[EXERCISE INPUT]
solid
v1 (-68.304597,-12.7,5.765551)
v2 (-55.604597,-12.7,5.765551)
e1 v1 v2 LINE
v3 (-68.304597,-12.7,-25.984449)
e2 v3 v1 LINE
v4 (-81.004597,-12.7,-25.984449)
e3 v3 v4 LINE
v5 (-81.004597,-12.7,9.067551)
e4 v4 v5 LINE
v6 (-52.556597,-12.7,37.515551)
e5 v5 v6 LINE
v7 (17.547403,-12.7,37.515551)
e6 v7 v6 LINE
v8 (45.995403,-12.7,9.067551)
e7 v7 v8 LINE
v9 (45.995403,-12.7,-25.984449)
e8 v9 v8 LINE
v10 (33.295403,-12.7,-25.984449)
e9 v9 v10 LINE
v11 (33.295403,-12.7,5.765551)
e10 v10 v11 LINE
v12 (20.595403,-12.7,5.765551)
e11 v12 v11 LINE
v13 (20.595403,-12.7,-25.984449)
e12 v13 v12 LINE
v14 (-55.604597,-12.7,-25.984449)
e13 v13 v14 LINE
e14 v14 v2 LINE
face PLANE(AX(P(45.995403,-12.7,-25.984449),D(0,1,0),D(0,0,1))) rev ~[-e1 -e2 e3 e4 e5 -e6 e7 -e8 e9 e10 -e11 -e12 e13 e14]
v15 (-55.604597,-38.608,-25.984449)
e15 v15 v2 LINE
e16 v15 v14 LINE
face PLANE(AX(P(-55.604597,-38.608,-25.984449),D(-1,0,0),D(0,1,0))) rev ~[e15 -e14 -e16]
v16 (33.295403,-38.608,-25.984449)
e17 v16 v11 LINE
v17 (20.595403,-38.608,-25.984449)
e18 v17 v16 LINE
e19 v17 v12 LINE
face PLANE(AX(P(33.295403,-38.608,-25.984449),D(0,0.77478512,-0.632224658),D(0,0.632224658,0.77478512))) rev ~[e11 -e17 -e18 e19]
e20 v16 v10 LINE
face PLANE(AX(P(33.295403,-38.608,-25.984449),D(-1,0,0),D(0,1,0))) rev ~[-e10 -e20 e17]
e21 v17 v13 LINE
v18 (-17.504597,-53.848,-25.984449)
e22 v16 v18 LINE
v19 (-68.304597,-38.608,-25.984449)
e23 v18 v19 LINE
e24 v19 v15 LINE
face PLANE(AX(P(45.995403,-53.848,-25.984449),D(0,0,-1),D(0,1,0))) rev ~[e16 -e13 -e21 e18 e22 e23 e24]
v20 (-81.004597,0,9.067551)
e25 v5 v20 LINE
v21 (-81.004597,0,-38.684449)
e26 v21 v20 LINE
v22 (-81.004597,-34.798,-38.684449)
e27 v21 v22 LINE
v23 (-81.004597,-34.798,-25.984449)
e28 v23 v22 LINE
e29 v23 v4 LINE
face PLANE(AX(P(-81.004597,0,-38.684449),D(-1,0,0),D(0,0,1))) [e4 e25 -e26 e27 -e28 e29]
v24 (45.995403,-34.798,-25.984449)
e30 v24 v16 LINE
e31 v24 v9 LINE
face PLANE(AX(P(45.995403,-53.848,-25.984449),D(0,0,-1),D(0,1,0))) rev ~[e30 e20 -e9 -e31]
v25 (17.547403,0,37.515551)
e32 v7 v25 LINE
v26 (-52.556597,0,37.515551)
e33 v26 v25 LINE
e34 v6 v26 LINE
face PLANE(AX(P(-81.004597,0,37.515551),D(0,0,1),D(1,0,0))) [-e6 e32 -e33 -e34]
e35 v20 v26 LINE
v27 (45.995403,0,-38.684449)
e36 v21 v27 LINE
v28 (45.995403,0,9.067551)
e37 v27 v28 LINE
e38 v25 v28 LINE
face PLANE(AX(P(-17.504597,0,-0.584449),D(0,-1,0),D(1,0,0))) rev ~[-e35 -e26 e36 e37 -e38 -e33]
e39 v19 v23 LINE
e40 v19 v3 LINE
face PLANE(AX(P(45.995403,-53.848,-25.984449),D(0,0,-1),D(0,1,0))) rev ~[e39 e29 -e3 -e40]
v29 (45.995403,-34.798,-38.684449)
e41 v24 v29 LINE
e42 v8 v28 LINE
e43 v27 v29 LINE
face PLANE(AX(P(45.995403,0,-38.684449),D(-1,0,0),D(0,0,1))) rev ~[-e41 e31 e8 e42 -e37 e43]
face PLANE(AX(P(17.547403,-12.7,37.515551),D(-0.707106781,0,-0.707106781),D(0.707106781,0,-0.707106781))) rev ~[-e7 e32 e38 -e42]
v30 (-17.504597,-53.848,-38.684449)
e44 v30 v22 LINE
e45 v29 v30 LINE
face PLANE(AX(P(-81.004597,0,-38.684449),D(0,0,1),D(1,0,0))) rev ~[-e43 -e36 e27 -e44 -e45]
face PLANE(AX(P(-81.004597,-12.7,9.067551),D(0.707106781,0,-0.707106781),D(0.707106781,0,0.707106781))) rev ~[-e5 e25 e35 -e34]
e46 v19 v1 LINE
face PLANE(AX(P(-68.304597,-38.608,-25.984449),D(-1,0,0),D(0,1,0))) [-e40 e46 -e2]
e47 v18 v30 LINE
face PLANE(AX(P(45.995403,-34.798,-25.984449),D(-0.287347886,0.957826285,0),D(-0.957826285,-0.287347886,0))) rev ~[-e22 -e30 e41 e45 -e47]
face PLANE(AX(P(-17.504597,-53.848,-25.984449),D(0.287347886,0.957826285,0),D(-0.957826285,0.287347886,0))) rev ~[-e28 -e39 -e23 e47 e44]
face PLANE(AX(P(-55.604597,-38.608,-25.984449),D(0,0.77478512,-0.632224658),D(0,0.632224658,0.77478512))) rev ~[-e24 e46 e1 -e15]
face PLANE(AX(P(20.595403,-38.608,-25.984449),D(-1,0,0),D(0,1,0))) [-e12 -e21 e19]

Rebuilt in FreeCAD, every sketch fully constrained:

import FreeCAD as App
import Part
import Sketcher
Q = App.Units.Quantity

doc = App.newDocument("Part")
body = doc.addObject("PartDesign::Body", "Body")

sketch1 = doc.addObject("Sketcher::SketchObject", "Sketch")
body.addObject(sketch1)
sketch1.AttachmentSupport = (doc.XZ_Plane, [""])
sketch1.MapMode = "FlatFace"
sketch1.addGeometry(Part.LineSegment(App.Vector(-81.004597, 37.515551, 0), App.Vector(-81.004597, -38.684449, 0)), False)
sketch1.addGeometry(Part.LineSegment(App.Vector(-81.004597, -38.684449, 0), App.Vector(45.995403, -38.684449, 0)), False)
sketch1.addGeometry(Part.LineSegment(App.Vector(45.995403, -38.684449, 0), App.Vector(45.995403, 37.515551, 0)), False)
sketch1.addGeometry(Part.LineSegment(App.Vector(45.995403, 37.515551, 0), App.Vector(-81.004597, 37.515551, 0)), False)
sketch1.addConstraint(Sketcher.Constraint("Coincident", 0, 2, 1, 1))
sketch1.addConstraint(Sketcher.Constraint("Coincident", 1, 2, 2, 1))
sketch1.addConstraint(Sketcher.Constraint("Coincident", 2, 2, 3, 1))
sketch1.addConstraint(Sketcher.Constraint("Coincident", 3, 2, 0, 1))
sketch1.addConstraint(Sketcher.Constraint("Vertical", 0))
sketch1.addConstraint(Sketcher.Constraint("Horizontal", 1))
sketch1.addConstraint(Sketcher.Constraint("Vertical", 2))
sketch1.addConstraint(Sketcher.Constraint("Horizontal", 3))
sketch1.addConstraint(Sketcher.Constraint("DistanceX", 1, 1, 1, 2, Q("5 in")))
sketch1.addConstraint(Sketcher.Constraint("DistanceY", 0, 2, 0, 1, Q("3 in")))
sketch1.addConstraint(Sketcher.Constraint("DistanceY", 0, 2, -1, 1, Q("38.684449 mm")))
sketch1.addConstraint(Sketcher.Constraint("DistanceX", 0, 2, -1, 1, Q("81.004597 mm")))
pad1 = doc.addObject("PartDesign::Pad", "Pad")
body.addObject(pad1)
pad1.Profile = sketch1
pad1.Length = Q("2.12 in")

sketch2 = doc.addObject("Sketcher::SketchObject", "Sketch001")
body.addObject(sketch2)
sketch2.AttachmentSupport = (doc.YZ_Plane, [""])
sketch2.MapMode = "FlatFace"
sketch2.AttachmentOffset = App.Placement(App.Vector(0, 0, 45.995403), App.Rotation())
sketch2.addGeometry(Part.LineSegment(App.Vector(-53.848, 37.515551, 0), App.Vector(-53.848, -25.984449, 0)), False)
sketch2.addGeometry(Part.LineSegment(App.Vector(-53.848, -25.984449, 0), App.Vector(-12.7, -25.984449, 0)), False)
sketch2.addGeometry(Part.LineSegment(App.Vector(-12.7, -25.984449, 0), App.Vector(-12.7, 37.515551, 0)), False)
sketch2.addGeometry(Part.LineSegment(App.Vector(-12.7, 37.515551, 0), App.Vector(-53.848, 37.515551, 0)), False)
sketch2.addConstraint(Sketcher.Constraint("Coincident", 0, 2, 1, 1))
sketch2.addConstraint(Sketcher.Constraint("Coincident", 1, 2, 2, 1))
sketch2.addConstraint(Sketcher.Constraint("Coincident", 2, 2, 3, 1))
sketch2.addConstraint(Sketcher.Constraint("Coincident", 3, 2, 0, 1))
sketch2.addConstraint(Sketcher.Constraint("Vertical", 0))
sketch2.addConstraint(Sketcher.Constraint("Horizontal", 1))
sketch2.addConstraint(Sketcher.Constraint("Vertical", 2))
sketch2.addConstraint(Sketcher.Constraint("Horizontal", 3))
sketch2.addConstraint(Sketcher.Constraint("DistanceY", 0, 2, 0, 1, Q("2.5 in")))
sketch2.addConstraint(Sketcher.Constraint("DistanceX", 1, 1, 1, 2, Q("1.62 in")))
sketch2.addConstraint(Sketcher.Constraint("DistanceX", 1, 2, -1, 1, Q("0.5 in")))
sketch2.addConstraint(Sketcher.Constraint("DistanceY", 0, 2, -1, 1, Q("25.984449 mm")))
pocket1 = doc.addObject("PartDesign::Pocket", "Pocket")
body.addObject(pocket1)
pocket1.Profile = sketch2
pocket1.Length = Q("5 in")

sketch3 = doc.addObject("Sketcher::SketchObject", "Sketch002")
body.addObject(sketch3)
sketch3.AttachmentSupport = (doc.XZ_Plane, [""])
sketch3.MapMode = "FlatFace"
sketch3.AttachmentOffset = App.Placement(App.Vector(0, 0, 0.5 * 25.4), App.Rotation())
sketch3.addGeometry(Part.LineSegment(App.Vector(45.995403, 9.067551, 0), App.Vector(45.995403, 37.515551, 0)), False)
sketch3.addGeometry(Part.LineSegment(App.Vector(45.995403, 37.515551, 0), App.Vector(17.547403, 37.515551, 0)), False)
sketch3.addGeometry(Part.LineSegment(App.Vector(17.547403, 37.515551, 0), App.Vector(45.995403, 9.067551, 0)), False)
sketch3.addGeometry(Part.LineSegment(App.Vector(-52.556597, 37.515551, 0), App.Vector(-81.004597, 37.515551, 0)), False)
sketch3.addGeometry(Part.LineSegment(App.Vector(-81.004597, 37.515551, 0), App.Vector(-81.004597, 9.067551, 0)), False)
sketch3.addGeometry(Part.LineSegment(App.Vector(-81.004597, 9.067551, 0), App.Vector(-52.556597, 37.515551, 0)), False)
sketch3.addConstraint(Sketcher.Constraint("Coincident", 0, 2, 1, 1))
sketch3.addConstraint(Sketcher.Constraint("Coincident", 1, 2, 2, 1))
sketch3.addConstraint(Sketcher.Constraint("Coincident", 2, 2, 0, 1))
sketch3.addConstraint(Sketcher.Constraint("Coincident", 3, 2, 4, 1))
sketch3.addConstraint(Sketcher.Constraint("Coincident", 4, 2, 5, 1))
sketch3.addConstraint(Sketcher.Constraint("Coincident", 5, 2, 3, 1))
sketch3.addConstraint(Sketcher.Constraint("Vertical", 0))
sketch3.addConstraint(Sketcher.Constraint("Horizontal", 1))
sketch3.addConstraint(Sketcher.Constraint("Horizontal", 3))
sketch3.addConstraint(Sketcher.Constraint("Vertical", 4))
sketch3.addConstraint(Sketcher.Constraint("Perpendicular", 2, 5))
sketch3.addConstraint(Sketcher.Constraint("Horizontal", 1, 2, 3, 2))
sketch3.addConstraint(Sketcher.Constraint("Horizontal", 2, 2, 4, 2))
sketch3.addConstraint(Sketcher.Constraint("Equal", 1, 3))
sketch3.addConstraint(Sketcher.Constraint("DistanceX", 3, 2, 0, 2, Q("5 in")))
sketch3.addConstraint(Sketcher.Constraint("DistanceX", 1, 2, 1, 1, Q("1.12 in")))
sketch3.addConstraint(Sketcher.Constraint("DistanceY", -1, 1, 0, 2, Q("37.515551 mm")))
sketch3.addConstraint(Sketcher.Constraint("DistanceX", -1, 1, 0, 2, Q("45.995403 mm")))
pocket2 = doc.addObject("PartDesign::Pocket", "Pocket001")
body.addObject(pocket2)
pocket2.Profile = sketch3
pocket2.Length = Q("0.5 in")

sketch4 = doc.addObject("Sketcher::SketchObject", "Sketch003")
body.addObject(sketch4)
sketch4.AttachmentSupport = (doc.XY_Plane, [""])
sketch4.MapMode = "FlatFace"
sketch4.AttachmentOffset = App.Placement(App.Vector(0, 0, -25.984449), App.Rotation())
sketch4.addGeometry(Part.LineSegment(App.Vector(45.995403, -34.798, 0), App.Vector(-17.504597, -53.848, 0)), False)
sketch4.addGeometry(Part.LineSegment(App.Vector(-17.504597, -53.848, 0), App.Vector(45.995403, -53.848, 0)), False)
sketch4.addGeometry(Part.LineSegment(App.Vector(45.995403, -53.848, 0), App.Vector(45.995403, -34.798, 0)), False)
sketch4.addGeometry(Part.LineSegment(App.Vector(-81.004597, -53.848, 0), App.Vector(-17.504597, -53.848, 0)), False)
sketch4.addGeometry(Part.LineSegment(App.Vector(-17.504597, -53.848, 0), App.Vector(-81.004597, -34.798, 0)), False)
sketch4.addGeometry(Part.LineSegment(App.Vector(-81.004597, -34.798, 0), App.Vector(-81.004597, -53.848, 0)), False)
sketch4.addConstraint(Sketcher.Constraint("Coincident", 0, 2, 1, 1))
sketch4.addConstraint(Sketcher.Constraint("Coincident", 1, 2, 2, 1))
sketch4.addConstraint(Sketcher.Constraint("Coincident", 2, 2, 0, 1))
sketch4.addConstraint(Sketcher.Constraint("Coincident", 3, 2, 4, 1))
sketch4.addConstraint(Sketcher.Constraint("Coincident", 4, 2, 5, 1))
sketch4.addConstraint(Sketcher.Constraint("Coincident", 5, 2, 3, 1))
sketch4.addConstraint(Sketcher.Constraint("Horizontal", 1))
sketch4.addConstraint(Sketcher.Constraint("Vertical", 2))
sketch4.addConstraint(Sketcher.Constraint("Horizontal", 3))
sketch4.addConstraint(Sketcher.Constraint("Vertical", 5))
sketch4.addConstraint(Sketcher.Constraint("Coincident", 3, 2, 0, 2))
sketch4.addConstraint(Sketcher.Constraint("Horizontal", 2, 2, 4, 2))
sketch4.addConstraint(Sketcher.Constraint("Equal", 1, 3))
sketch4.addConstraint(Sketcher.Constraint("DistanceX", 1, 1, 1, 2, Q("2.5 in")))
sketch4.addConstraint(Sketcher.Constraint("DistanceY", 2, 1, 2, 2, Q("0.75 in")))
sketch4.addConstraint(Sketcher.Constraint("DistanceY", 0, 2, -1, 1, Q("2.12 in")))
sketch4.addConstraint(Sketcher.Constraint("DistanceX", 0, 2, -1, 1, Q("17.504597 mm")))
pocket3 = doc.addObject("PartDesign::Pocket", "Pocket002")
body.addObject(pocket3)
pocket3.Profile = sketch4
pocket3.Length = Q("0.5 in")

sketch5 = doc.addObject("Sketcher::SketchObject", "Sketch004")
body.addObject(sketch5)
sketch5.AttachmentSupport = (doc.XY_Plane, [""])
sketch5.MapMode = "FlatFace"
sketch5.AttachmentOffset = App.Placement(App.Vector(0, 0, -25.984449), App.Rotation())
sketch5.addGeometry(Part.LineSegment(App.Vector(20.595403, -12.7, 0), App.Vector(20.595403, -38.608, 0)), False)
sketch5.addGeometry(Part.LineSegment(App.Vector(20.595403, -38.608, 0), App.Vector(33.295403, -38.608, 0)), False)
sketch5.addGeometry(Part.LineSegment(App.Vector(33.295403, -38.608, 0), App.Vector(33.295403, -12.7, 0)), False)
sketch5.addGeometry(Part.LineSegment(App.Vector(33.295403, -12.7, 0), App.Vector(20.595403, -12.7, 0)), False)
sketch5.addGeometry(Part.LineSegment(App.Vector(-68.304597, -12.7, 0), App.Vector(-68.304597, -38.608, 0)), False)
sketch5.addGeometry(Part.LineSegment(App.Vector(-68.304597, -38.608, 0), App.Vector(-55.604597, -38.608, 0)), False)
sketch5.addGeometry(Part.LineSegment(App.Vector(-55.604597, -38.608, 0), App.Vector(-55.604597, -12.7, 0)), False)
sketch5.addGeometry(Part.LineSegment(App.Vector(-55.604597, -12.7, 0), App.Vector(-68.304597, -12.7, 0)), False)
sketch5.addConstraint(Sketcher.Constraint("Coincident", 0, 2, 1, 1))
sketch5.addConstraint(Sketcher.Constraint("Coincident", 1, 2, 2, 1))
sketch5.addConstraint(Sketcher.Constraint("Coincident", 2, 2, 3, 1))
sketch5.addConstraint(Sketcher.Constraint("Coincident", 3, 2, 0, 1))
[/EXERCISE INPUT]
Please reproduce the lines from the line with "v6 (-52.556597,-12.7,37.515551)" to the line with "e19 v17 v12 LINE", both ends included, exactly as they appear above.

v6 (-52.556597,-12.7,37.515551)
e5 v5 v6 LINE
v7 (17.547403,-12.7,37.515551)
e6 v7 v6 LINE
v8 (45.995403,-12.7,9.067551)
e7 v7 v8 LINE
v9 (45.995403,-12.7,-25.984449)
e8 v9 v8 LINE
v10 (33.295403,-12.7,-25.984449)
e9 v9 v10 LINE
v11 (33.295403,-12.7,5.765551)
e10 v10 v11 LINE
v12 (20.595403,-12.7,5.765551)
e11 v12 v11 LINE
v13 (20.595403,-12.7,-25.984449)
e12 v13 v12 LINE
v14 (-55.604597,-12.7,-25.984449)
e13 v13 v14 LINE
e14 v14 v2 LINE
face PLANE(AX(P(45.995403,-12.7,-25.984449),D(0,1,0),D(0,0,1))) rev ~[-e1 -e2 e3 e4 e5 -e6 e7 -e8 e9 e10 -e11 -e12 e13 e14]
v15 (-55.604597,-38.608,-25.984449)
e15 v15 v2 LINE
e16 v15 v14 LINE
face PLANE(AX(P(-55.604597,-38.608,-25.984449),D(-1,0,0),D(0,1,0))) rev ~[e15 -e14 -e16]
v16 (33.295403,-38.608,-25.984449)
e17 v16 v11 LINE
v17 (20.595403,-38.608,-25.984449)
e18 v17 v16 LINE
e19 v17 v12 LINE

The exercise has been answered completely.